Input data Start Marker

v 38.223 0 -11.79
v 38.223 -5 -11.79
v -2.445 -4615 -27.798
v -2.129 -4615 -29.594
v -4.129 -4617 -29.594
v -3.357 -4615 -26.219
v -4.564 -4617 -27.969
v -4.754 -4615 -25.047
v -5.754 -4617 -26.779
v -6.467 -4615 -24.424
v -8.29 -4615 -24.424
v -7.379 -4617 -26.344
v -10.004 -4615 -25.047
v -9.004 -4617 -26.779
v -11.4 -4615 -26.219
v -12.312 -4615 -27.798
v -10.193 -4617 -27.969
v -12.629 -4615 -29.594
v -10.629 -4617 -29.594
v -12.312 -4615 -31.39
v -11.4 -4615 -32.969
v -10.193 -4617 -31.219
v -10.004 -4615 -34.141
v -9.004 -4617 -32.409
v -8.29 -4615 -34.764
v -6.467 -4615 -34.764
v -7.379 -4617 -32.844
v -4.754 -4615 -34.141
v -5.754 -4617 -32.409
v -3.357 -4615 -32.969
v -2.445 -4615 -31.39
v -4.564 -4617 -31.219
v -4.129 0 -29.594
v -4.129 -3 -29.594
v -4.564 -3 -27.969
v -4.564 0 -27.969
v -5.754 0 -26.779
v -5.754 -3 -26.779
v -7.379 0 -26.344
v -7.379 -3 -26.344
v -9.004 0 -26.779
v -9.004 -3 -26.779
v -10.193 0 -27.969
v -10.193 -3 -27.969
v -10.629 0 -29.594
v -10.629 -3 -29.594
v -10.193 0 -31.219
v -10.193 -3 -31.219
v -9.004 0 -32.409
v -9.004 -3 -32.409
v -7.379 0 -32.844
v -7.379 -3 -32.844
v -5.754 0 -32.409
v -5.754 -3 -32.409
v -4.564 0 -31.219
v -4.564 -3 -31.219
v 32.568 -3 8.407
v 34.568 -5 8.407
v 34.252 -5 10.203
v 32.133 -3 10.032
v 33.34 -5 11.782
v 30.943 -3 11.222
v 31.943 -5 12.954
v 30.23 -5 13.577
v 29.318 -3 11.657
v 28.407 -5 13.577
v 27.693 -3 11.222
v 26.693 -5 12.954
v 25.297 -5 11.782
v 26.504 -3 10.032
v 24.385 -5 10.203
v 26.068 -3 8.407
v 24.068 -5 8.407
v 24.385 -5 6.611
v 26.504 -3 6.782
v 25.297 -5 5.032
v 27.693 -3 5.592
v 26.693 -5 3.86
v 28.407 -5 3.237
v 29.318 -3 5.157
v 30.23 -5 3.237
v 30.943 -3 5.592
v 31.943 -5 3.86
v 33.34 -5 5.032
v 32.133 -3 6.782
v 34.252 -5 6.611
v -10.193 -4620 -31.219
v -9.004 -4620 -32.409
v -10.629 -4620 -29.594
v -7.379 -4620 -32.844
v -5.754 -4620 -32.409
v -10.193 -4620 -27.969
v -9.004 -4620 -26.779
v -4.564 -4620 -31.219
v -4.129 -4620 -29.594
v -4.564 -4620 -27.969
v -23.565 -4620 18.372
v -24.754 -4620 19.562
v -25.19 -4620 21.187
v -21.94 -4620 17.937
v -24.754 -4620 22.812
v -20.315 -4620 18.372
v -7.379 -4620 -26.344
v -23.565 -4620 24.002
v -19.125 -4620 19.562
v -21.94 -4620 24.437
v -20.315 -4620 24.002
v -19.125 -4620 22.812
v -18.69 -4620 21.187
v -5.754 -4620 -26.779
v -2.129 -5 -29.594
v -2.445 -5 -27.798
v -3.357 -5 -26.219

Input data End Marker

An exact copy of the lines from the one holding "v 33.34 -5 11.782" through the end of the data is the whole answer.

v 33.34 -5 11.782
v 30.943 -3 11.222
v 31.943 -5 12.954
v 30.23 -5 13.577
v 29.318 -3 11.657
v 28.407 -5 13.577
v 27.693 -3 11.222
v 26.693 -5 12.954
v 25.297 -5 11.782
v 26.504 -3 10.032
v 24.385 -5 10.203
v 26.068 -3 8.407
v 24.068 -5 8.407
v 24.385 -5 6.611
v 26.504 -3 6.782
v 25.297 -5 5.032
v 27.693 -3 5.592
v 26.693 -5 3.86
v 28.407 -5 3.237
v 29.318 -3 5.157
v 30.23 -5 3.237
v 30.943 -3 5.592
v 31.943 -5 3.86
v 33.34 -5 5.032
v 32.133 -3 6.782
v 34.252 -5 6.611
v -10.193 -4620 -31.219
v -9.004 -4620 -32.409
v -10.629 -4620 -29.594
v -7.379 -4620 -32.844
v -5.754 -4620 -32.409
v -10.193 -4620 -27.969
v -9.004 -4620 -26.779
v -4.564 -4620 -31.219
v -4.129 -4620 -29.594
v -4.564 -4620 -27.969
v -23.565 -4620 18.372
v -24.754 -4620 19.562
v -25.19 -4620 21.187
v -21.94 -4620 17.937
v -24.754 -4620 22.812
v -20.315 -4620 18.372
v -7.379 -4620 -26.344
v -23.565 -4620 24.002
v -19.125 -4620 19.562
v -21.94 -4620 24.437
v -20.315 -4620 24.002
v -19.125 -4620 22.812
v -18.69 -4620 21.187
v -5.754 -4620 -26.779
v -2.129 -5 -29.594
v -2.445 -5 -27.798
v -3.357 -5 -26.219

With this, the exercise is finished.